PowerQuery seems to involve a lot of UI rather than a simple dialog; and it's not contextual and on-the-fly'ish. And TBH I've not actually explored everything it can do. Let's call this feature low-key query :-)
Comment 9 Heiko Tietze 2025-09-09 09:55:30 UTC
(In reply to Regina Henschel from comment #3)
> I do not support to extend the misuse of spreadsheets as databases.
Me neither => WF
Comment 10 Eyal Rozenberg 2025-09-09 10:09:35 UTC
(In reply to Heiko Tietze from comment #9)
> (In reply to Regina Henschel from comment #3)
> > I do not support to extend the misuse of spreadsheets as databases.
> Me neither => WF

As I've noted above, this is not about using a spreadsheet as a database, so the premise for your opinion is invalid.

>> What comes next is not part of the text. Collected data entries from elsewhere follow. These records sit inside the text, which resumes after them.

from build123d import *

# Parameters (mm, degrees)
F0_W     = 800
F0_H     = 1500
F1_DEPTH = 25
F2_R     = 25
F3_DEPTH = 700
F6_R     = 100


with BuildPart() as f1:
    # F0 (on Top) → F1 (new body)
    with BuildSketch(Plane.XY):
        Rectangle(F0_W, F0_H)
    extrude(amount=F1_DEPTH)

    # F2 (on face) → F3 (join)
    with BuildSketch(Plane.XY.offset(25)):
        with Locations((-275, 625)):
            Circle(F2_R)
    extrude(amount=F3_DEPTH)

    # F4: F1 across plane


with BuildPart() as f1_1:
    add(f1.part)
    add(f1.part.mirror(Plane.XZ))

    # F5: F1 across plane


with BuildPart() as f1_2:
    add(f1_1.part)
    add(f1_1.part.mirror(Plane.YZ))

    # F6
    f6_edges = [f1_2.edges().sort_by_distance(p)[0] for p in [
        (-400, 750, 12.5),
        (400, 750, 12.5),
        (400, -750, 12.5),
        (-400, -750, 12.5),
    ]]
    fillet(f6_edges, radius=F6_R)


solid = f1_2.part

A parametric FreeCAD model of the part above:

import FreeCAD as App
import Part
import Sketcher
from FreeCAD import Vector


def edges_at(feature, points):
    """Names of the edges that pass closest to the given points."""
    edges = feature.Shape.Edges
    near = lambda p: min(range(len(edges)), key=lambda i: edges[i].distToShape(Part.Vertex(*p))[0])
    return sorted({f"Edge{near(p) + 1}" for p in points})

doc = App.newDocument("Part")
body = doc.addObject("PartDesign::Body", "Body")

sketch1 = doc.addObject("Sketcher::SketchObject", "Sketch")
body.addObject(sketch1)
sketch1.AttachmentSupport = (doc.XY_Plane, [""])
sketch1.MapMode = "FlatFace"
sketch1.addGeometry([
    Part.LineSegment(Vector(-400, 750, 0), Vector(-400, -750, 0)),
    Part.LineSegment(Vector(-400, -750, 0), Vector(400, -750, 0)),
    Part.LineSegment(Vector(400, -750, 0), Vector(400, 750, 0)),
    Part.LineSegment(Vector(400, 750, 0), Vector(-400, 750, 0)),
], False)
sketch1.addConstraint([
    Sketcher.Constraint("Coincident", 0, 2, 1, 1),
    Sketcher.Constraint("Coincident", 1, 2, 2, 1),
    Sketcher.Constraint("Coincident", 2, 2, 3, 1),
    Sketcher.Constraint("Coincident", 3, 2, 0, 1),
    Sketcher.Constraint("Vertical", 0),
    Sketcher.Constraint("Horizontal", 1),
    Sketcher.Constraint("Vertical", 2),
    Sketcher.Constraint("Horizontal", 3),
    Sketcher.Constraint("Symmetric", 0, 2, 2, 2, -1, 1),
    Sketcher.Constraint("DistanceX", 1, 1, 1, 2, 800.0),
    Sketcher.Constraint("DistanceY", 0, 2, 0, 1, 1500.0),
])
pad1 = doc.addObject("PartDesign::Pad", "Pad")
body.addObject(pad1)
pad1.Profile = sketch1
pad1.Length = 25

sketch2 = doc.addObject("Sketcher::SketchObject", "Sketch001")
body.addObject(sketch2)
sketch2.AttachmentSupport = (doc.XY_Plane, [""])
sketch2.MapMode = "FlatFace"
sketch2.AttachmentOffset = App.Placement(Vector(0, 0, 25), App.Rotation())
sketch2.addGeometry(Part.Circle(Vector(-275, 625, 0), Vector(0, 0, 1), 25), False)
sketch2.addConstraint([
    Sketcher.Constraint("Diameter", 0, 50.0),
    Sketcher.Constraint("DistanceX", 0, 3, -1, 1, 275.0),
    Sketcher.Constraint("DistanceY", -1, 1, 0, 3, 625.0),
])
pad2 = doc.addObject("PartDesign::Pad", "Pad001")
body.addObject(pad2)
pad2.Profile = sketch2
pad2.Length = 700
body2 = doc.addObject("PartDesign::Body", "Body001")
doc.recompute()

body2.BaseFeature = body
doc.recompute()

mirroring = doc.addObject("Part::Mirroring", "Mirroring")
mirroring.Source = body
mirroring.Base = Vector(0, 0, 0)
mirroring.Normal = Vector(0, -1, 0)
body3 = doc.addObject("PartDesign::Body", "Body002")
body3.BaseFeature = mirroring
boolean = doc.addObject("PartDesign::Boolean", "Boolean")
body2.addObject(boolean)
boolean.Type = "Fuse"
boolean.addObjects([body3])
doc.recompute()
body4 = doc.addObject("PartDesign::Body", "Body003")
doc.recompute()

body4.BaseFeature = body2
doc.recompute()

mirroring2 = doc.addObject("Part::Mirroring", "Mirroring001")
mirroring2.Source = body2
mirroring2.Base = Vector(0, 0, 0)
mirroring2.Normal = Vector(1, 0, 0)
body5 = doc.addObject("PartDesign::Body", "Body004")
body5.BaseFeature = mirroring2
boolean2 = doc.addObject("PartDesign::Boolean", "Boolean001")
body4.addObject(boolean2)
boolean2.Type = "Fuse"
boolean2.addObjects([body5])
doc.recompute()

fillet = doc.addObject("PartDesign::Fillet", "Fillet")
body4.addObject(fillet)
fillet.Base = (boolean2, edges_at(boolean2, [
    (-400, 750, 12.5),
    (400, 750, 12.5),
    (400, -750, 12.5),
    (-400, -750, 12.5),
]))
fillet.Radius = 100
mirroring.Visibility = False
mirroring2.Visibility = False

doc.recompute()
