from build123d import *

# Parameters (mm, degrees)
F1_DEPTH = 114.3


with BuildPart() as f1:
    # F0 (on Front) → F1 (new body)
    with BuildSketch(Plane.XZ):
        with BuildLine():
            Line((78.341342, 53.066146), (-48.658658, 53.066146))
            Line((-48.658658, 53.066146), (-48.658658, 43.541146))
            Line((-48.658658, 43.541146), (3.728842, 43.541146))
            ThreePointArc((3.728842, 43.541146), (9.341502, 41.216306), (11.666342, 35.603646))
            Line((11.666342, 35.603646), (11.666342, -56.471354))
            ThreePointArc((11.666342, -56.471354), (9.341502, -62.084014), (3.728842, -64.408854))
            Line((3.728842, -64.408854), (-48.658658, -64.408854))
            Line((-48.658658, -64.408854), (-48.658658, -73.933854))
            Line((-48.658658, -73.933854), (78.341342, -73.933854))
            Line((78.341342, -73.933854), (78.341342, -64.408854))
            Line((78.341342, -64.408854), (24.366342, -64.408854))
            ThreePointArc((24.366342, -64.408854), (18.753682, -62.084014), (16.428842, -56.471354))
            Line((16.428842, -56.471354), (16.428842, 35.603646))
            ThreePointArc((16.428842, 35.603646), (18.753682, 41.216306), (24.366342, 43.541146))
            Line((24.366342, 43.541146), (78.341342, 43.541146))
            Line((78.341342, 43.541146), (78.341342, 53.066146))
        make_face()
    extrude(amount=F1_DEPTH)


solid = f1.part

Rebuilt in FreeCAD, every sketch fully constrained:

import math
import FreeCAD as App
import Part
import Sketcher
Q = App.Units.Quantity

doc = App.newDocument("Part")
body = doc.addObject("PartDesign::Body", "Body")

# Sketch on XZ plane
sketch1 = body.newObject("Sketcher::SketchObject", "Sketch")
sketch1.AttachmentSupport = (doc.getObject("XZ_Plane"), [""])
sketch1.MapMode = "FlatFace"
sketch1.addGeometry([
    Part.LineSegment(App.Vector(78.341342, 53.066146, 0), App.Vector(-48.658658, 53.066146, 0)),  # 0
    Part.LineSegment(App.Vector(-48.658658, 53.066146, 0), App.Vector(-48.658658, 43.541146, 0)),  # 1
    Part.LineSegment(App.Vector(-48.658658, 43.541146, 0), App.Vector(3.728842, 43.541146, 0)),  # 2
    Part.ArcOfCircle(Part.Circle(App.Vector(3.728842, 35.603646, 0), App.Vector(0, 0, 1), 7.9375), math.radians(0.000002), math.radians(89.999998)),  # 3
    Part.LineSegment(App.Vector(11.666342, 35.603646, 0), App.Vector(11.666342, -56.471354, 0)),  # 4
    Part.ArcOfCircle(Part.Circle(App.Vector(3.728842, -56.471354, 0), App.Vector(0, 0, 1), 7.9375), math.radians(-89.999998), math.radians(-0.000002)),  # 5
    Part.LineSegment(App.Vector(3.728842, -64.408854, 0), App.Vector(-48.658658, -64.408854, 0)),  # 6
    Part.LineSegment(App.Vector(-48.658658, -64.408854, 0), App.Vector(-48.658658, -73.933854, 0)),  # 7
    Part.LineSegment(App.Vector(-48.658658, -73.933854, 0), App.Vector(78.341342, -73.933854, 0)),  # 8
    Part.LineSegment(App.Vector(78.341342, -73.933854, 0), App.Vector(78.341342, -64.408854, 0)),  # 9
    Part.LineSegment(App.Vector(78.341342, -64.408854, 0), App.Vector(24.366342, -64.408854, 0)),  # 10
    Part.ArcOfCircle(Part.Circle(App.Vector(24.366342, -56.471354, 0), App.Vector(0, 0, 1), 7.9375), math.radians(-179.999998), math.radians(-90.000002)),  # 11
    Part.LineSegment(App.Vector(16.428842, -56.471354, 0), App.Vector(16.428842, 35.603646, 0)),  # 12
    Part.ArcOfCircle(Part.Circle(App.Vector(24.366342, 35.603646, 0), App.Vector(0, 0, 1), 7.9375), math.radians(90.000002), math.radians(179.999998)),  # 13
    Part.LineSegment(App.Vector(24.366342, 43.541146, 0), App.Vector(78.341342, 43.541146, 0)),  # 14
    Part.LineSegment(App.Vector(78.341342, 43.541146, 0), App.Vector(78.341342, 53.066146, 0)),  # 15
], False)
sketch1.addConstraint([
    Sketcher.Constraint("Coincident", 0, 2, 1, 1),
    Sketcher.Constraint("Coincident", 1, 2, 2, 1),
    Sketcher.Constraint("Tangent", 2, 2, 3, 2),
    Sketcher.Constraint("Tangent", 3, 1, 4, 1),
    Sketcher.Constraint("Tangent", 4, 2, 5, 2),
    Sketcher.Constraint("Tangent", 5, 1, 6, 1),
    Sketcher.Constraint("Coincident", 6, 2, 7, 1),
    Sketcher.Constraint("Coincident", 7, 2, 8, 1),
    Sketcher.Constraint("Coincident", 8, 2, 9, 1),
    Sketcher.Constraint("Coincident", 9, 2, 10, 1),
    Sketcher.Constraint("Tangent", 10, 2, 11, 2),
    Sketcher.Constraint("Tangent", 11, 1, 12, 1),
    Sketcher.Constraint("Tangent", 12, 2, 13, 2),
    Sketcher.Constraint("Tangent", 13, 1, 14, 1),
    Sketcher.Constraint("Coincident", 14, 2, 15, 1),
    Sketcher.Constraint("Coincident", 15, 2, 0, 1),
    Sketcher.Constraint("Horizontal", 0),
    Sketcher.Constraint("Vertical", 1),
    Sketcher.Constraint("Horizontal", 2),
    Sketcher.Constraint("Vertical", 4),
    Sketcher.Constraint("Horizontal", 6),
    Sketcher.Constraint("Vertical", 7),
    Sketcher.Constraint("Horizontal", 8),
    Sketcher.Constraint("Vertical", 9),
    Sketcher.Constraint("Horizontal", 10),
    Sketcher.Constraint("Vertical", 12),
    Sketcher.Constraint("Horizontal", 14),
    Sketcher.Constraint("Vertical", 15),
    Sketcher.Constraint("Equal", 3, 5),
    Sketcher.Constraint("Equal", 5, 11),
    Sketcher.Constraint("Equal", 11, 13),
    Sketcher.Constraint("Horizontal", 5, 3, 11, 3),
    Sketcher.Constraint("Horizontal", 3, 3, 13, 3),
    Sketcher.Constraint("Vertical", 1, 2, 6, 2),
    Sketcher.Constraint("Vertical", 9, 2, 14, 2),
    Sketcher.Constraint("Equal", 1, 7),
    Sketcher.Constraint("DistanceX", 0, 2, 0, 1, Q("5 in")),
    Sketcher.Constraint("Radius", 3, Q("0.3125 in")),
    Sketcher.Constraint("DistanceX", 3, 1, 13, 3, Q("0.5 in")),
    Sketcher.Constraint("DistanceX", 2, 1, 2, 2, Q("2.0625 in")),
    Sketcher.Constraint("DistanceY", 1, 2, 1, 1, Q("0.375 in")),
    Sketcher.Constraint("DistanceY", 4, 2, 4, 1, Q("3.625 in")),
    Sketcher.Constraint("DistanceX", -1, 1, 3, 3, 3.728842),
    Sketcher.Constraint("DistanceY", -1, 1, 3, 3, 35.603646),
])
pad1 = body.newObject("PartDesign::Pad", "Pad")
pad1.Profile = sketch1
pad1.Length = Q("4.5 in")

doc.recompute()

Please explain why you believe users should not be able to apply a query, in a query language intended for use on tables, on their table. In what way is that a "misuse"? It is a straightforward desire, which these days, people are forced to simulate using multiple pivottable generation, copying, and more pivot-tabling (and that's if they're lucky).
Comment 11 Heiko Tietze 2025-09-09 11:30:05 UTC
(In reply to Eyal Rozenberg from comment #10)
> As I've noted above, this is not about using a spreadsheet as a database, so
> the premise for your opinion is invalid.
From Wikipedia: Structured Query Language (SQL) is a domain-specific language used to manage data, especially in a relational database management system.
Comment 12 Eyal Rozenberg 2025-09-09 11:44:10 UTC
(In reply to Heiko Tietze from comment #11)
> From Wikipedia: Structured Query Language (SQL) is a domain-specific
> language used to manage data, especially in a relational database management
> system.

Indeed, it says "especially" in relational DBMSes, not "solely", or even "almost exclusively". Because SQL is more general than just that.

Now, SQL actually has several "sub-languages": For defining data, for altering data, etc. 

https://www.geeksforgeeks.org/sql/sql-ddl-dql-dml-dcl-tcl-commands/

What I'm talking about is the DQL, data querying language, or in other words - SELECT commands. These commands don't manage data, nor alter it; and I gave an example in an earlier comment.

You might also take a look at:

https://dev.to/qbentil/use-sql-without-databases-54on

for some inspiration (although that is not strictly SQL).
Comment 13 Eyal Rozenberg 2025-09-20 10:27:11 UTC
Bug 162202 makes a similar request, with some restrictions: Single-cell-level rather than a multi-cell-range level; and a limitation on the kinds of SQL queries one can make.

The limitation is actually a bit arbitrary, becaujse one could, in principle, place QUERY functions in every cell in a table - but that would be either much more expensive or require the overhead of realizing all of those cells are invoking the samr query, just taking different bits of the result.